Ryan Carlin and Grant Lindeman knew they were the typical “music kids” in high school.
It wasn’t until the two started studying at Boyer College of Music & Dance that they realized they were surrounded by people just like them.
“Conversations that you couldn’t have with your friends back in high school about certain artists, styles, or performances, you can now have,” Carlin, a senior music education major and president of Broad Street Line, Temple’s all-male a cappella group, said.
Carlin and Lindeman, a senior music therapy major, are two of the five graduating members of Broad Street Line. Mechanical engineering major Jonah Fowler, music education major Gary Clarke and music therapy major Dave Balmer round out the group of departing members. Broad Street Line performed its last concert of the semester on April 19.
Carlin joined Broad Street Line in the fall semester of his freshman year. Enthusiastic to begin, he brought arrangements of songs he wanted to perform with the group. At the time, the setlist was already decided, but the group would eventually perform a song he helped arrange.
“The guys might have found me even a little bit annoying,” Carlin said. “I was … excited to be a part of it.”
As a sophomore, Carlin served as the vice president of Broad Street Line and oversaw the production of the group’s 2013 album “No Girls Aloud.” Carlin served as the president of the group for the past two years.
His roles within the group have allowed him to develop himself as a future educator.
Freshman music therapy major and Broad Street Line singer Robert DiBartolomeo said he has grown as a member since joining the group.
DiBartolomeo said Carlin is someone he has looked up to throughout the year due to his professionalism and leadership within the group.
Lindeman joined the group in the spring semester of his sophomore year and was elected vice president quickly thereafter.
“It took over my life. … In a good way,” Lindeman said.
Due to scheduling complications, Broad Street Line lost two weeks of rehearsal time prior to its final concert.
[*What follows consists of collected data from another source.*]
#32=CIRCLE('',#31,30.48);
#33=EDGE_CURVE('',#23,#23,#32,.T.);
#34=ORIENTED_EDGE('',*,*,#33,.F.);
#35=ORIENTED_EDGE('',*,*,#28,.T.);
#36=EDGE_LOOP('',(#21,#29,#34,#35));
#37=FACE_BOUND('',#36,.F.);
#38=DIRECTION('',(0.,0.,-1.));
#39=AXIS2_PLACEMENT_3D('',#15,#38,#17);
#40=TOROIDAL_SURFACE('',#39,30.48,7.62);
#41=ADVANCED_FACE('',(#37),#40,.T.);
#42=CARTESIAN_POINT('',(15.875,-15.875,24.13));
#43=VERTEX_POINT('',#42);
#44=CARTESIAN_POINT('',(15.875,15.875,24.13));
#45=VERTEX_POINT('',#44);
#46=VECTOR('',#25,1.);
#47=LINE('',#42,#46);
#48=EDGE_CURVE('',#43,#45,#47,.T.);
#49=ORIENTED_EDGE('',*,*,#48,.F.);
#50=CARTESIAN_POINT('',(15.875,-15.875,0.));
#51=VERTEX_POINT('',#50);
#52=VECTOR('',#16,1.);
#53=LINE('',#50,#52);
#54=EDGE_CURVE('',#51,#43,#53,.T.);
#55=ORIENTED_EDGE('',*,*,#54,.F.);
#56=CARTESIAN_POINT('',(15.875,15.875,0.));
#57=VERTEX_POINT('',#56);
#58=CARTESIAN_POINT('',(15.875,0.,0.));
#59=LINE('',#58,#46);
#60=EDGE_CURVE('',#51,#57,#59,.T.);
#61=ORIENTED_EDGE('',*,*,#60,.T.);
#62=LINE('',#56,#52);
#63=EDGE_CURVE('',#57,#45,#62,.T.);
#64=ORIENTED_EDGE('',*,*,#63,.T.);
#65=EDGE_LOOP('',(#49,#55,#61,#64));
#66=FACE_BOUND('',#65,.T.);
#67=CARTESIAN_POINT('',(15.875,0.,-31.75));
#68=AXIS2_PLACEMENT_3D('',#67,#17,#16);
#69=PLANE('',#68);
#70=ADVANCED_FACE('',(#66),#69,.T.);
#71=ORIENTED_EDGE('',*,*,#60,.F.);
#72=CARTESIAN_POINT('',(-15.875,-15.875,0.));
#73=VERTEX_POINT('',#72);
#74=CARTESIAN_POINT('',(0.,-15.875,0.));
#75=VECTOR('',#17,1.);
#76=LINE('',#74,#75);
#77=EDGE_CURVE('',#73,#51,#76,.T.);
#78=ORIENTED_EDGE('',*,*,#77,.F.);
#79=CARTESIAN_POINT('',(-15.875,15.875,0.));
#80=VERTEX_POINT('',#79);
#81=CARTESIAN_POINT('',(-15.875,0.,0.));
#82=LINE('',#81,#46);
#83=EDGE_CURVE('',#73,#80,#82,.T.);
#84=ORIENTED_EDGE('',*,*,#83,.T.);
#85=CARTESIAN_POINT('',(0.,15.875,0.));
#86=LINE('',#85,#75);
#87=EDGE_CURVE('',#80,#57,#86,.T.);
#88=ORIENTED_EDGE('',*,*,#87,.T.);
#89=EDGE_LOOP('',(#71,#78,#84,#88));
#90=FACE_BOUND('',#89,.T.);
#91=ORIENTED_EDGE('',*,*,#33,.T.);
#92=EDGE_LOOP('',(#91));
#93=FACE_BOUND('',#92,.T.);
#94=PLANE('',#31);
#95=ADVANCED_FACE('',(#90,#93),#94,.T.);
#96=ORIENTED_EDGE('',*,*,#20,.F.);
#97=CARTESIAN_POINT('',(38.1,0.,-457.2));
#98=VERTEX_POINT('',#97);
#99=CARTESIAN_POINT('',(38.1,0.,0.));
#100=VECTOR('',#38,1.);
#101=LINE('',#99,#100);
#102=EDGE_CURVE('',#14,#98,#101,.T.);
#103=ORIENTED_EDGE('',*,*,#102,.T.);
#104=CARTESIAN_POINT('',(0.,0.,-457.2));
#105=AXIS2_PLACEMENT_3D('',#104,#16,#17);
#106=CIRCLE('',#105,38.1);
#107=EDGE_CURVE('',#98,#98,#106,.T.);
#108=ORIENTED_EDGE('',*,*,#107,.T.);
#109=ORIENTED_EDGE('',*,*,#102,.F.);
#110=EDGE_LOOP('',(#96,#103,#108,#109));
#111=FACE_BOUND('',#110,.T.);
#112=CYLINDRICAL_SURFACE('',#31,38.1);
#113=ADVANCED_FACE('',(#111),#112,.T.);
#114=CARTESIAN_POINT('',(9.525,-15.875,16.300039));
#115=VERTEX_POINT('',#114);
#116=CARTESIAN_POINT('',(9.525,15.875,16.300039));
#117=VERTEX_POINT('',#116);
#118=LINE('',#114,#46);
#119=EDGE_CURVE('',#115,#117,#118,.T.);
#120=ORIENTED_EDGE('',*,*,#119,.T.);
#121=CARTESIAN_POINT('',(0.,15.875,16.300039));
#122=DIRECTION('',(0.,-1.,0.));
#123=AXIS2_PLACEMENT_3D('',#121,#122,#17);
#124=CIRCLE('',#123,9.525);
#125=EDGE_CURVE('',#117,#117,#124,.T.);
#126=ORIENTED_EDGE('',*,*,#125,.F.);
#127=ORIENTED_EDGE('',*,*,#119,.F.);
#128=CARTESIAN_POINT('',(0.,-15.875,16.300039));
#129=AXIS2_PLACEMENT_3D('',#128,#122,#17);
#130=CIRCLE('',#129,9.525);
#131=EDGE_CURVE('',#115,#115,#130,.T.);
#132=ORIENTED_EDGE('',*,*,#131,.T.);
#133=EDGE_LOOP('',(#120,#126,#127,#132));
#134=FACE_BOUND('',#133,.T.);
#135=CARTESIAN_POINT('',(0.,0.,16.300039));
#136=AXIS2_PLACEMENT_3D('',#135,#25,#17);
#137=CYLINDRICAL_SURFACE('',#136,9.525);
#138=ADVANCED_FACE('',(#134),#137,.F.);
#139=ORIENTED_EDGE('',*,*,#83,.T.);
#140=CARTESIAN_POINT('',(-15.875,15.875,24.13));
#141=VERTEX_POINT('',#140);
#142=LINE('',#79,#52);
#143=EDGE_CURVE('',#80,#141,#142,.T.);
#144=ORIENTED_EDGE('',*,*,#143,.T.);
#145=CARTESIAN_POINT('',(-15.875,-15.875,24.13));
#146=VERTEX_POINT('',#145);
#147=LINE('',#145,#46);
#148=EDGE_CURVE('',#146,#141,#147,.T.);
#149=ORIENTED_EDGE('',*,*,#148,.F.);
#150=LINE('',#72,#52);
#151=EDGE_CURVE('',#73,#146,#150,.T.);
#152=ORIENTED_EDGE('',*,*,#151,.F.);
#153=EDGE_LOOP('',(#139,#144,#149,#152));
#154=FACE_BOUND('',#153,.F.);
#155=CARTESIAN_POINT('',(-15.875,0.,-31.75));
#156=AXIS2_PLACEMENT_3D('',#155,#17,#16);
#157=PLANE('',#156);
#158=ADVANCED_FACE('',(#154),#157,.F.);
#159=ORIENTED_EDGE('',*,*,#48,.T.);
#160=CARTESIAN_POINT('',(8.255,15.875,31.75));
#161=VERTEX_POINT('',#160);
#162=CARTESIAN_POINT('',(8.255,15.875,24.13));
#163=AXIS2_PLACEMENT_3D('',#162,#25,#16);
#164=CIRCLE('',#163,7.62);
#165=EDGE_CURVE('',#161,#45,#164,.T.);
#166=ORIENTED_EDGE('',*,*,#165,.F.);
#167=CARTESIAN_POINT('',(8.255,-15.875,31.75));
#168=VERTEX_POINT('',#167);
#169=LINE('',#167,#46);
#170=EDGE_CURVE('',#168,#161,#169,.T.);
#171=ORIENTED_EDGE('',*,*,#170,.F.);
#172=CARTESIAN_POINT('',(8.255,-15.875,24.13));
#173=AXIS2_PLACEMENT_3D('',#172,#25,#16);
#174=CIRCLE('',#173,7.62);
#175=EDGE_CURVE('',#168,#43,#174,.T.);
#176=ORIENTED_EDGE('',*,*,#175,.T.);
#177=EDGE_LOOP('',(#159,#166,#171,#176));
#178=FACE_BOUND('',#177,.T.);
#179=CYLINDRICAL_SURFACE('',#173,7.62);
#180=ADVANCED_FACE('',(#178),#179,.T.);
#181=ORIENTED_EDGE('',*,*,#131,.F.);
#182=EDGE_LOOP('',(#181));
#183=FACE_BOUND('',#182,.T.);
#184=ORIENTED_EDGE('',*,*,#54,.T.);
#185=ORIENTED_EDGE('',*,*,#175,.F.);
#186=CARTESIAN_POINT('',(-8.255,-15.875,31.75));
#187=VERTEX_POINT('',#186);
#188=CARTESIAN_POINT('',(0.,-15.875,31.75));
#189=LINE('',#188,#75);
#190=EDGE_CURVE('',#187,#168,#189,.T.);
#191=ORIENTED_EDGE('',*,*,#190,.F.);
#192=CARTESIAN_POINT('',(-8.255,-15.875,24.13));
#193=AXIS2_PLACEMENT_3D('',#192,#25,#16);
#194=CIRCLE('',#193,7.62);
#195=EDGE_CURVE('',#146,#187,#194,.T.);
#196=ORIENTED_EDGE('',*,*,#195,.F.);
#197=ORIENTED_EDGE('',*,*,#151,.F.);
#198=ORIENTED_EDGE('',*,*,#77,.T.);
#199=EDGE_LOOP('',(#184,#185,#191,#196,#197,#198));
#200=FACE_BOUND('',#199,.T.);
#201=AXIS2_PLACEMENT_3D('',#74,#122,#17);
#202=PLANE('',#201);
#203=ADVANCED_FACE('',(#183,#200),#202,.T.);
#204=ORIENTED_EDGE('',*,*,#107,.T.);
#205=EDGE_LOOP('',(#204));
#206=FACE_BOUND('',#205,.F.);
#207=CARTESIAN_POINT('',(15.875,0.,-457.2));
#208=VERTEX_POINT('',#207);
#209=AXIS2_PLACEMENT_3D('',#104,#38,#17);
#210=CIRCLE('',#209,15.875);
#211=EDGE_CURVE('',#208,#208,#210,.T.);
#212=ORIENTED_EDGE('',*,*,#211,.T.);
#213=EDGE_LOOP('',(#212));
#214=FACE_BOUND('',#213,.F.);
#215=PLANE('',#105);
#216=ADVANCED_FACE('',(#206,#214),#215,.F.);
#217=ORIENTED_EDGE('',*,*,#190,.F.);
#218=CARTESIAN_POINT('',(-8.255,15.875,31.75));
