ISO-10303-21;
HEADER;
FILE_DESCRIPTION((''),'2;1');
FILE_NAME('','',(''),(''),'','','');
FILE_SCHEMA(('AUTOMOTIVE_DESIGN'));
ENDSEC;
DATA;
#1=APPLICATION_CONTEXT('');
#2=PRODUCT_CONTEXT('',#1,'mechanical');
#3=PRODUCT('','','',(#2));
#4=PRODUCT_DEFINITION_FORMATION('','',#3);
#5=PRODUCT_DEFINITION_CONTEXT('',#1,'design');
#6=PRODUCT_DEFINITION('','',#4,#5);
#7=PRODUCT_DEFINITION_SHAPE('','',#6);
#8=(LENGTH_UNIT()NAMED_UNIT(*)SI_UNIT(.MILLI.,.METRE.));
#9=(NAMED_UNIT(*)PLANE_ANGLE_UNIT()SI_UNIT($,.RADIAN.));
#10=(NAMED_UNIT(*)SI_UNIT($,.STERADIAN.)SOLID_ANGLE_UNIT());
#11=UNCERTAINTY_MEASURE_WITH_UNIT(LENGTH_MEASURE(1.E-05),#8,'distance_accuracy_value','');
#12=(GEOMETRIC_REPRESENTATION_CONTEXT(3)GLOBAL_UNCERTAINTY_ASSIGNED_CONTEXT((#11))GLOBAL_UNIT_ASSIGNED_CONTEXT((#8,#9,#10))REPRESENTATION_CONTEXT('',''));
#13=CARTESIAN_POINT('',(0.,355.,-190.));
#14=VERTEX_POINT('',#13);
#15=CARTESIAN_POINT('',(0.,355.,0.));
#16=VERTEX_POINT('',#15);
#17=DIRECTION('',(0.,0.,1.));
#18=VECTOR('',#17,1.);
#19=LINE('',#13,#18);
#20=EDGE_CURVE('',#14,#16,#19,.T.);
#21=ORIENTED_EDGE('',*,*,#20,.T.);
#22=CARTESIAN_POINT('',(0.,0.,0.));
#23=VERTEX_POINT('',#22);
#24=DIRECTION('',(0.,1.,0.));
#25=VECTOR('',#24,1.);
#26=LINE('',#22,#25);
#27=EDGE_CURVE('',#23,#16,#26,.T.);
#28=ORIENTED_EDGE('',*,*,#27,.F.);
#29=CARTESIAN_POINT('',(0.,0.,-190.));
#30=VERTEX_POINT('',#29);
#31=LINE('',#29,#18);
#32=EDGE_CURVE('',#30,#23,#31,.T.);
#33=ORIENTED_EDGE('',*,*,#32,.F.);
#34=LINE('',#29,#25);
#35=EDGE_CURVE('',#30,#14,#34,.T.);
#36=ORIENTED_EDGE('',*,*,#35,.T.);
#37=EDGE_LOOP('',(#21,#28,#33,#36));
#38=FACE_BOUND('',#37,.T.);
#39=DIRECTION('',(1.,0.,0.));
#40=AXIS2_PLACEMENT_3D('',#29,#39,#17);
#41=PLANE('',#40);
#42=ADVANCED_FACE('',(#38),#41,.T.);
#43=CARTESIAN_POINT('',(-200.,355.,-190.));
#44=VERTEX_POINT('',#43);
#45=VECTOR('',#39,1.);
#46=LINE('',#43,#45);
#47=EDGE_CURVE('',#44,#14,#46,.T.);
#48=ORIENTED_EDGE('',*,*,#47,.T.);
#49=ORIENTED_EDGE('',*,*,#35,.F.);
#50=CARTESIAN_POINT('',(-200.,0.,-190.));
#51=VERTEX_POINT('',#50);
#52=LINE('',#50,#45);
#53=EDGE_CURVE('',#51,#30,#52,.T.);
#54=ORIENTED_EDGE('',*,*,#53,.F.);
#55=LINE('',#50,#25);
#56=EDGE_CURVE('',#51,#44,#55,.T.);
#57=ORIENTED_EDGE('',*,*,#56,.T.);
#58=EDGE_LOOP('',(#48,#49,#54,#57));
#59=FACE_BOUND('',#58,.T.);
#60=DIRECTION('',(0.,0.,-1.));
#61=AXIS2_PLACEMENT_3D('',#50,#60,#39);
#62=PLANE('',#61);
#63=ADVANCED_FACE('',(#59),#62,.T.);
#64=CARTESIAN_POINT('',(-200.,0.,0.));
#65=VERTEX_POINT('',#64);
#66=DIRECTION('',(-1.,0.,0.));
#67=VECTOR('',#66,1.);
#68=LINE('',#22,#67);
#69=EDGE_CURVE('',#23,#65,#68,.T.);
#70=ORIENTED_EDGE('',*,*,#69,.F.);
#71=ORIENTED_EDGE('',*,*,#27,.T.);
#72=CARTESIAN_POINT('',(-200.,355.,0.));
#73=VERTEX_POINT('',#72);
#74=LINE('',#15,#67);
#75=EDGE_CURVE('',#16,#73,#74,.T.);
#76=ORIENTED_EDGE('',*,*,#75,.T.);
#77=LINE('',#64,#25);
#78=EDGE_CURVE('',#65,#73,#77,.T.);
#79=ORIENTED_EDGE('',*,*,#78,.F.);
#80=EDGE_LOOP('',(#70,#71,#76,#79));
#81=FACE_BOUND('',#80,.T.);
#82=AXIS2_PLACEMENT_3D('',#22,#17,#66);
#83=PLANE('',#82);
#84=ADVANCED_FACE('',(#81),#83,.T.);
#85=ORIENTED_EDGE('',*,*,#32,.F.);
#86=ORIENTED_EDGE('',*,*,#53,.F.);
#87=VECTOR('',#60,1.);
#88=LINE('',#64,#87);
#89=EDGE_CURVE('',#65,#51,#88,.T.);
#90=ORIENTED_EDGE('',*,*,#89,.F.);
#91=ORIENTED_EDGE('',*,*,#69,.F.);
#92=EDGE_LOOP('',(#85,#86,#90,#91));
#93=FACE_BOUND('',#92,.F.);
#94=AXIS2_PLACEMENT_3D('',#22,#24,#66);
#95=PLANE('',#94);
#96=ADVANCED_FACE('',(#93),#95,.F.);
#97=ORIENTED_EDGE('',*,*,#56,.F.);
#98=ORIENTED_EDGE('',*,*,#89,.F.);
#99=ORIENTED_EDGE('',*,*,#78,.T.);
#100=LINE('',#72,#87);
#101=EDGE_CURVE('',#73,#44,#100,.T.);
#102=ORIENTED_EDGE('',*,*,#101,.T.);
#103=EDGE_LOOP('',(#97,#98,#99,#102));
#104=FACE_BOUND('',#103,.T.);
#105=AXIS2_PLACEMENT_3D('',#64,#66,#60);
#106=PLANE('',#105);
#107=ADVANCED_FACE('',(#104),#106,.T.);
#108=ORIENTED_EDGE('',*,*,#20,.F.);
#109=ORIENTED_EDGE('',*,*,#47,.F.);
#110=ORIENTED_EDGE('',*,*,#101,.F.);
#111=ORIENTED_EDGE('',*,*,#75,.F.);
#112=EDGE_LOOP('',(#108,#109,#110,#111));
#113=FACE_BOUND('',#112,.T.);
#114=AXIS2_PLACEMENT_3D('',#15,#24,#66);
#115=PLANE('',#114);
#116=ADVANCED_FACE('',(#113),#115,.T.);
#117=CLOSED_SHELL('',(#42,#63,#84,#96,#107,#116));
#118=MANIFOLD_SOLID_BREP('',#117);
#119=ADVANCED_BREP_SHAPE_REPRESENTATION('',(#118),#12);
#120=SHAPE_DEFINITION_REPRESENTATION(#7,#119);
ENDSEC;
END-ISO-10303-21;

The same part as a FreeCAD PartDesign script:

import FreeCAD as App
import Part
import Sketcher
from FreeCAD import Vector

doc = App.newDocument("Part")
body = doc.addObject("PartDesign::Body", "Body")

# Sketch on XZ plane
sketch1 = body.newObject("Sketcher::SketchObject", "Sketch")
sketch1.AttachmentSupport = (doc.getObject("XZ_Plane"), [""])
sketch1.MapMode = "FlatFace"
sketch1.addGeometry([
    Part.LineSegment(Vector(-200, 0, 0), Vector(0, 0, 0)),
    Part.LineSegment(Vector(0, 0, 0), Vector(0, -190, 0)),
    Part.LineSegment(Vector(0, -190, 0), Vector(-200, -190, 0)),
    Part.LineSegment(Vector(-200, -190, 0), Vector(-200, 0, 0)),
], False)
sketch1.addConstraint([
    Sketcher.Constraint("Coincident", 0, 2, 1, 1),
    Sketcher.Constraint("Coincident", 1, 2, 2, 1),
    Sketcher.Constraint("Coincident", 2, 2, 3, 1),
    Sketcher.Constraint("Coincident", 3, 2, 0, 1),
    Sketcher.Constraint("Horizontal", 0),
    Sketcher.Constraint("Vertical", 1),
    Sketcher.Constraint("Horizontal", 2),
    Sketcher.Constraint("Vertical", 3),
    Sketcher.Constraint("Coincident", 0, 2, -1, 1),
    Sketcher.Constraint("DistanceX", 0, 1, 0, 2, 200.0),
    Sketcher.Constraint("DistanceY", 1, 2, 1, 1, 190.0),
])
pad1 = body.newObject("PartDesign::Pad", "Pad")
pad1.Profile = sketch1
pad1.Length = 355
pad1.Reversed = True

doc.recompute()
The group meets three times a week for two-hour practices throughout the semester.
“I could only imagine how we would have sounded if we had those 12 hours because I was very, very pleased with what we did this semester,” Carlin said.
The lost time meant increased pressure on the group to prepare for the final performance.
“We went into the last few weeks pushing a lot of new material,” Lindeman said, “making sure that the best product is put out for the public … for ourselves so that everyone in the group, including seniors have a great memory to end the semester or end their time in Broad Street Line.”
The group prepared each week for both the audience and themselves.
“You are always performing for an audience, but as [musicians] we are performing for ourselves as well,” Carlin said.
Both Carlin and Lindeman plan to continue performing after graduation. Carlin said performing will help balance his work as an educator.
“As a music educator, you’re working for other people to perform and am trying to bring out their best performance practice,” Carlin said. “To keep yourself feeling fulfilled, you have to find time for yourself to perform. I know that I’m not done. I’ve always wanted to be in a small jazz vocal combo group. That could be next for me.”
Lindeman said he has considered joining one of the many Temple-based ensembles comprised of community members.
“I’ve been learning through my music therapy training that there is a sense of community,” he said. “It’s not performance, it’s enjoying music – enjoying the atmosphere of music with people in your neighborhood or community.”
Regardless of where their careers will take them, Carlin and Lindeman said they are confident that performing will always be a constant in their lives.
“I have to keep performing,” Carlin said. “It’s an itch.”